New research reveals that artificial intelligence develops more efficient communication by learning from human language structures rather than creating its own from scratch.
Artificial intelligence may be evolving quickly, but when it comes to developing a language, it still has a lot to learn from humans.
A study from the University of Gothenburg in Sweden shows that AI systems communicate more efficiently when they mimic human language patterns rather than inventing their own. Despite the growing sophistication of reinforcement learning, human language – which is shaped by culture, cognition, and centuries of evolution – continues to outperform artificial systems in terms of clarity, adaptability, and efficiency.
The research, based on two scientific papers included in a doctoral thesis, tested how well AI agents could create functional communication systems on their own. The agents were trained to play "signaling games" in which they had to describe either colors or numbers to one another. This is how they simulated a simplified version of language learning.
For instance, in one experiment, the sender agent saw a specific color chip from the Munsell color chart, a standard used in the World Color Survey. This agent had to describe it to a listener agent, who then had to guess which color it was meant to describe. The goal was simple: communicate successfully with as few misunderstandings as possible.
Using reinforcement learning algorithms, the agents were able to invent their own artificial "languages" – systems of signals that helped them complete the tasks. These systems showed surprisingly high levels of communication efficiency, which came close to the performance of real-world human languages.
However, when these artificial systems were compared with data from actual human languages, such as those documented in the World Color Survey and studies of numeral systems, the AI still fell short.

The key finding? The best-performing AI agents weren’t the ones that built a communication system from scratch, but those that aligned with the structure and statistical tendencies found in human language. The agents essentially learned better when they imitated the way humans naturally use words and categories.

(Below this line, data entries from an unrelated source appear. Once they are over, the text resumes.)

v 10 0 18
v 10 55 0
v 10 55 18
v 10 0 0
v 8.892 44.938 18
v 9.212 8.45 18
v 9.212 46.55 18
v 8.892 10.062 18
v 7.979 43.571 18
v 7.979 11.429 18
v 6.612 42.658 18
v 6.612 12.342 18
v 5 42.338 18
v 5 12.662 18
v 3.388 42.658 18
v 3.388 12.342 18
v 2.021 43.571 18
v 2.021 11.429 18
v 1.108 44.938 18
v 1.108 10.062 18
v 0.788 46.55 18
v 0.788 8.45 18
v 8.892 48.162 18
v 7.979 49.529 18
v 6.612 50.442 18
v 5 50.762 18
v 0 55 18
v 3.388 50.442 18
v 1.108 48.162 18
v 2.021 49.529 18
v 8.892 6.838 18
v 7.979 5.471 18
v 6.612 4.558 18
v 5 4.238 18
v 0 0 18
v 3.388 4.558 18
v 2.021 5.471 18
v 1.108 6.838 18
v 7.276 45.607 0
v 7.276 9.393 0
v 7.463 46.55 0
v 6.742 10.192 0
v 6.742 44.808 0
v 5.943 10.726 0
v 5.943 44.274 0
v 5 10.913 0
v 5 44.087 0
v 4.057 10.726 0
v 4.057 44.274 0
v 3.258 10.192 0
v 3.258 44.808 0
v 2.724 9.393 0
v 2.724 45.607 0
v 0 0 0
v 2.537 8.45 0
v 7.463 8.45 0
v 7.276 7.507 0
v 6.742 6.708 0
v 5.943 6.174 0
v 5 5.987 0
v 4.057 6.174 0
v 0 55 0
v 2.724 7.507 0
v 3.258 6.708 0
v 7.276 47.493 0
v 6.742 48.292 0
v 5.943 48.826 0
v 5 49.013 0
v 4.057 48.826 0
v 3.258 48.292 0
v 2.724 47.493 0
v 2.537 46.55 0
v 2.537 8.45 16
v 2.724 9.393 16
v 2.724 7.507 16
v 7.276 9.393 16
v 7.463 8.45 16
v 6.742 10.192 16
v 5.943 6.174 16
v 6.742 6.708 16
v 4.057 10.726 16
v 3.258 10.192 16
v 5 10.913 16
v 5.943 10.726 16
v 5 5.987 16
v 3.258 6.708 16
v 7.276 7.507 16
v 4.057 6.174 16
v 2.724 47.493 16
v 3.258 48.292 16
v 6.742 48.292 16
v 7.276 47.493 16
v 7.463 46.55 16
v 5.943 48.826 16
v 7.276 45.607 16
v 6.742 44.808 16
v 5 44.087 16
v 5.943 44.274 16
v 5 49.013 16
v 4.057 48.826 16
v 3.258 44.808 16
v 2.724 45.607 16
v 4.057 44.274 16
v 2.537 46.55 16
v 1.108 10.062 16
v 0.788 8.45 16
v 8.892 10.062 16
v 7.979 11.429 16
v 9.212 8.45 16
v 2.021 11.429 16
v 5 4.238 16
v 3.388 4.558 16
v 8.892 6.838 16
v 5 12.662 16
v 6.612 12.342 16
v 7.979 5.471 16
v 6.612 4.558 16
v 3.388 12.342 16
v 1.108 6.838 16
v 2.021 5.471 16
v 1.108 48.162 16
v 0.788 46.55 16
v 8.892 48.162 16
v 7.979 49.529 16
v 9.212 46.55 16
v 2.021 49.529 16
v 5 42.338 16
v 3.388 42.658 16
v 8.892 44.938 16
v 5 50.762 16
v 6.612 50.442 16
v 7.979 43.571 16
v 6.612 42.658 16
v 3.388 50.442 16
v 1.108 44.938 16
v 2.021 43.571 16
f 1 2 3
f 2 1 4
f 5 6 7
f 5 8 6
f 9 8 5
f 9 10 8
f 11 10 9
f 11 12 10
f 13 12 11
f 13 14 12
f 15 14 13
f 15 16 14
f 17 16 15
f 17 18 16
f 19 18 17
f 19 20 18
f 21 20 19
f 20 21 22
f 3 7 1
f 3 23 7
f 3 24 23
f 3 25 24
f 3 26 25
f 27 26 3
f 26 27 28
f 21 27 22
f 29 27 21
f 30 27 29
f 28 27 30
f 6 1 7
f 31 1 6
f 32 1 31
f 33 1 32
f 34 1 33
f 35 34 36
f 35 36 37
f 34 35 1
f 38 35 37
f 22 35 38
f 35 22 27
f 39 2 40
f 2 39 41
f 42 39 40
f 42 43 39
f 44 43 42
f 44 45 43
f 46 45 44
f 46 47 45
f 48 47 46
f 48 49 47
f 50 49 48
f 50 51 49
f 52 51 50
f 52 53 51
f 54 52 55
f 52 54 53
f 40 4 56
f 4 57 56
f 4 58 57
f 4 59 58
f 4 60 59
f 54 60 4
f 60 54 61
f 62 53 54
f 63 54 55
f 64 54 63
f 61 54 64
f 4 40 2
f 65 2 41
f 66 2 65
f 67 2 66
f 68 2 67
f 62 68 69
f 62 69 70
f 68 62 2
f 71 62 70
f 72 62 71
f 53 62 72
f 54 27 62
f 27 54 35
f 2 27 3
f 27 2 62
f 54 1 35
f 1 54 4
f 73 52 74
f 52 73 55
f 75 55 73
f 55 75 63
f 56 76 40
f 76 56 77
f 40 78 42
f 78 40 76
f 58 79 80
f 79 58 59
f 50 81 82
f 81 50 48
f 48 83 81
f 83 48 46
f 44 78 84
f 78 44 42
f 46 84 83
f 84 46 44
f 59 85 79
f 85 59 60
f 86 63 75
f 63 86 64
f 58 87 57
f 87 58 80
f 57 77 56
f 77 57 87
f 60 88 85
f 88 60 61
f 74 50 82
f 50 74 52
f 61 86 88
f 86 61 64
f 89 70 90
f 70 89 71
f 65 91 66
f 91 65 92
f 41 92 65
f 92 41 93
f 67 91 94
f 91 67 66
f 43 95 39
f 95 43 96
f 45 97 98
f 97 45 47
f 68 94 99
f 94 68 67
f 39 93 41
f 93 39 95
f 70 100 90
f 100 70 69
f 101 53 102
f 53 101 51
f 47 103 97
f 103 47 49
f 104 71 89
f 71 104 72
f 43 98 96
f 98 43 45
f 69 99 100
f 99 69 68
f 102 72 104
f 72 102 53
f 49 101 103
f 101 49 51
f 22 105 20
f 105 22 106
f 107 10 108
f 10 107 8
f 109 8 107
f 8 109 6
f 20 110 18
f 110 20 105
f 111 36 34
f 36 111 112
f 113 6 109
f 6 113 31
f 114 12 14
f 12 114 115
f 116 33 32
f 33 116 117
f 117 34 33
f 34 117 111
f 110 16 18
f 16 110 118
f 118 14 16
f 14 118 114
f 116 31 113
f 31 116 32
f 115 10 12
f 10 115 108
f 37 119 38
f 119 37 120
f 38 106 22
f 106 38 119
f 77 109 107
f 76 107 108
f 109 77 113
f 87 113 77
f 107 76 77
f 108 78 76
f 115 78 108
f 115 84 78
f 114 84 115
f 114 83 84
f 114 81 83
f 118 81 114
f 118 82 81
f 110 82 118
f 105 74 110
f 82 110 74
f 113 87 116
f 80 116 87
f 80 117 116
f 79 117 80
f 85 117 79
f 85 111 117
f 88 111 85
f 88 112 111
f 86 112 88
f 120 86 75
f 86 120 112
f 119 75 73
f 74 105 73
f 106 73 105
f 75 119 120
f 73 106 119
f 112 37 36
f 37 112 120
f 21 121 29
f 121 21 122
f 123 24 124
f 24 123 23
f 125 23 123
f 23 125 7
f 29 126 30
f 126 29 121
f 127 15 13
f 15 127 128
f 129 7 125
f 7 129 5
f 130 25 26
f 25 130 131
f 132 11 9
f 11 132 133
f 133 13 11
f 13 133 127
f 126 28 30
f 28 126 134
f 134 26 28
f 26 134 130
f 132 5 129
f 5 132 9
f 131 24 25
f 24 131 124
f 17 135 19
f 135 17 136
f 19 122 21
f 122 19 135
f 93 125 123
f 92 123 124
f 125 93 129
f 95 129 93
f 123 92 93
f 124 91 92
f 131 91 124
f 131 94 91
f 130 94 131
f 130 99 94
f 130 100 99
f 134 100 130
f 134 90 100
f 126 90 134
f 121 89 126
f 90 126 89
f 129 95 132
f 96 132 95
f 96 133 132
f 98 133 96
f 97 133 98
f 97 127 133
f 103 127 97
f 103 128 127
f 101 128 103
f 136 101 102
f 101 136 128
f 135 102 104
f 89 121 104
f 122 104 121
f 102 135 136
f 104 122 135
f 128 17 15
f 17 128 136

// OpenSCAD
// file: grid.scad
/* This module creates grids. */

module grid(
   gridX, 
   gridY, 
   borderX, 
   borderY, 
   meshSolid,    // width of solid part of grid
   meshSpace,    // width of space part of grid
   thickness) {  // z height 

   /* Calculate the size of the dimensions of the meshed area. */
   meshX=gridX-(borderX*2);
   meshY=gridY-(borderY*2);

   echo (meshX,  meshY);

   /* Calculate the number of lines in the meshed area. */
   nX=floor(meshX/(meshSolid+meshSpace));
   nY=floor(meshY/(meshSolid+meshSpace));
   gridSize = meshSolid + meshSpace;
   echo (nX, nY, gridSize);


   intersection () {

      union() {
         /* 
          *  Draw the border box centered. 
          */
         difference() {
            cube (size=[gridX,gridY,thickness+ 2], center=true);
            cube (size=[meshX,meshY,thickness+ 2], center=true);
         } /* enddifference */
         
      
         /* 
          *  Draw the grid centered. 
          */
      
         /* Draw the lines parallel to y axis. */
         translate([-1 * (meshSolid / 2), 0, -1 * (thickness / 2)])
            union() {
               for (i = [0 : ceil(nX / 2)]) {
                  translate([i*(meshSolid+meshSpace), -1 * (gridY / 2), 0]) 
                     cube(size=[meshSolid, gridY, thickness]);
               } /* endfor */
               for (i = [0 : ceil(nX / 2)]) {
                  translate([-1 * i*(meshSolid+meshSpace), -1 * (gridY / 2), 0]) 
                     cube(size=[meshSolid, gridY, thickness]);
               } /* endfor */
            } /* endunion */
         
         /* Draw the lines parallel to the x axis. */
         translate([0, -1 * (meshSolid / 2), -1 * (thickness / 2)])
            union() {
               for (i = [0 : ceil(nY / 2)]) {
                  translate([-1 * (gridX / 2), i*(meshSolid+meshSpace), 0]) 
                     cube(size=[gridX, meshSolid, thickness]);
               } /* endfor */
               for (i = [0 : ceil(nY / 2)]) {
                  translate([-1 * (gridX / 2), -1 * i*(meshSolid+meshSpace), 0]) 
                     cube(size=[gridX, meshSolid, thickness]);
               } /* endfor */
            } /* endunion */
      } /* endunion */

      /* Slice off all the extra line widths on the edges. */
      cube (size=[gridX,gridY,thickness], center=true);

   } /* endintersection */

} /* endmodule */


grid(21, 41, 0, 0, 2, 8, 5);
   
// main file
/* This is a jig for holding the rpi door controller PCB
   on a Sherline 5000 mill for isolation milling.  */
use <MCAD/nuts_and_bolts.scad>;
use <grid.scad>;

$fn = 16;

/* Set overall piece dimensions. */
x = 148;
y = 55;
z = 18;
x_border = 10;
y_border = 10;
grid_size = 20;
grid_line_width = 1;

/* The grid pocket is how much to drop the top of the grid by.  This
   allows for some padding to be added underneath the circuit board. */
grid_pocket = 3;


/* Set the screw size in mm. */
screw_size = 4.1;

/* 
 *  Set the mounting bolt dimensions. 
 */

/* Use a #10 socket head cap screw. */
bolt_dia = (0.19 * 25.4) + 0.1; 
bolt_head_dia = (0.312 * 25.4) + 0.5;   
bolt_head_height = 2;

/* Set the distance between mounting holes. */
mount_hole_dist = (1.5 * 25.4); // 1.5 in



/****** Calculated Values *******/
mount_hole_x_offset = x_border / 2; 


difference() {

   cube(size=[x_border, y, z]);
   
   /* 
    *  Add some holes for the #10 socket head cap screws that
    *  attach the plate to the base. 
    */
  

   /* Subtract the bolt holes. */
   translate([mount_hole_x_offset, 
              (y / 2) - (mount_hole_dist / 2), 
              0])
      cylinder(h = z, r = bolt_dia / 2);
   translate([mount_hole_x_offset, 
              (y / 2) + (mount_hole_dist / 2), 
              0])
      cylinder(h = z, r = bolt_dia / 2);



   /* Subtract the bolt head holes. */
   translate([mount_hole_x_offset, 
              (y / 2) - (mount_hole_dist / 2), 
              z - bolt_head_height])
      cylinder(h = z, r = bolt_head_dia / 2);
   translate([mount_hole_x_offset, 
              (y / 2) + (mount_hole_dist / 2), 
              z - bolt_head_height])
      cylinder(h = z, r = bolt_head_dia / 2);

} /* enddifference */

“Human communication strategies provide a kind of efficiency benchmark,” said the lead researcher behind the study.
“Even without the full complexity of human perception and cognition, AI agents that learn from human patterns come closer to efficient communication than those left to build languages entirely on their own.”
How did AI do when it was noisy?
AI agents were trained in noisy or uncertain conditions, meaning the scientists were simulating some distractions or interference. This resulted in AI agents developing simpler communication systems.

This echoes a trend observed in human languages, where high-noise or stimulating environments often result in more compact or reduced forms of expression. For example, speakers might rely more heavily on context clues or use fewer words in environments where time or attention is limited.
The researchers also pointed out that many challenges remain. The AI systems studied lacked generalization skills – the ability to apply their language to new tasks or environments.
They were also unable to use compositional language, an aspect of human communication where meanings can be built from smaller parts, for example, “red” + “apple” = “red apple”. These limitations show that while AI can get close to mimicking human-like communication, it still doesn’t come with the flexibility or creativity that characterizes human speech.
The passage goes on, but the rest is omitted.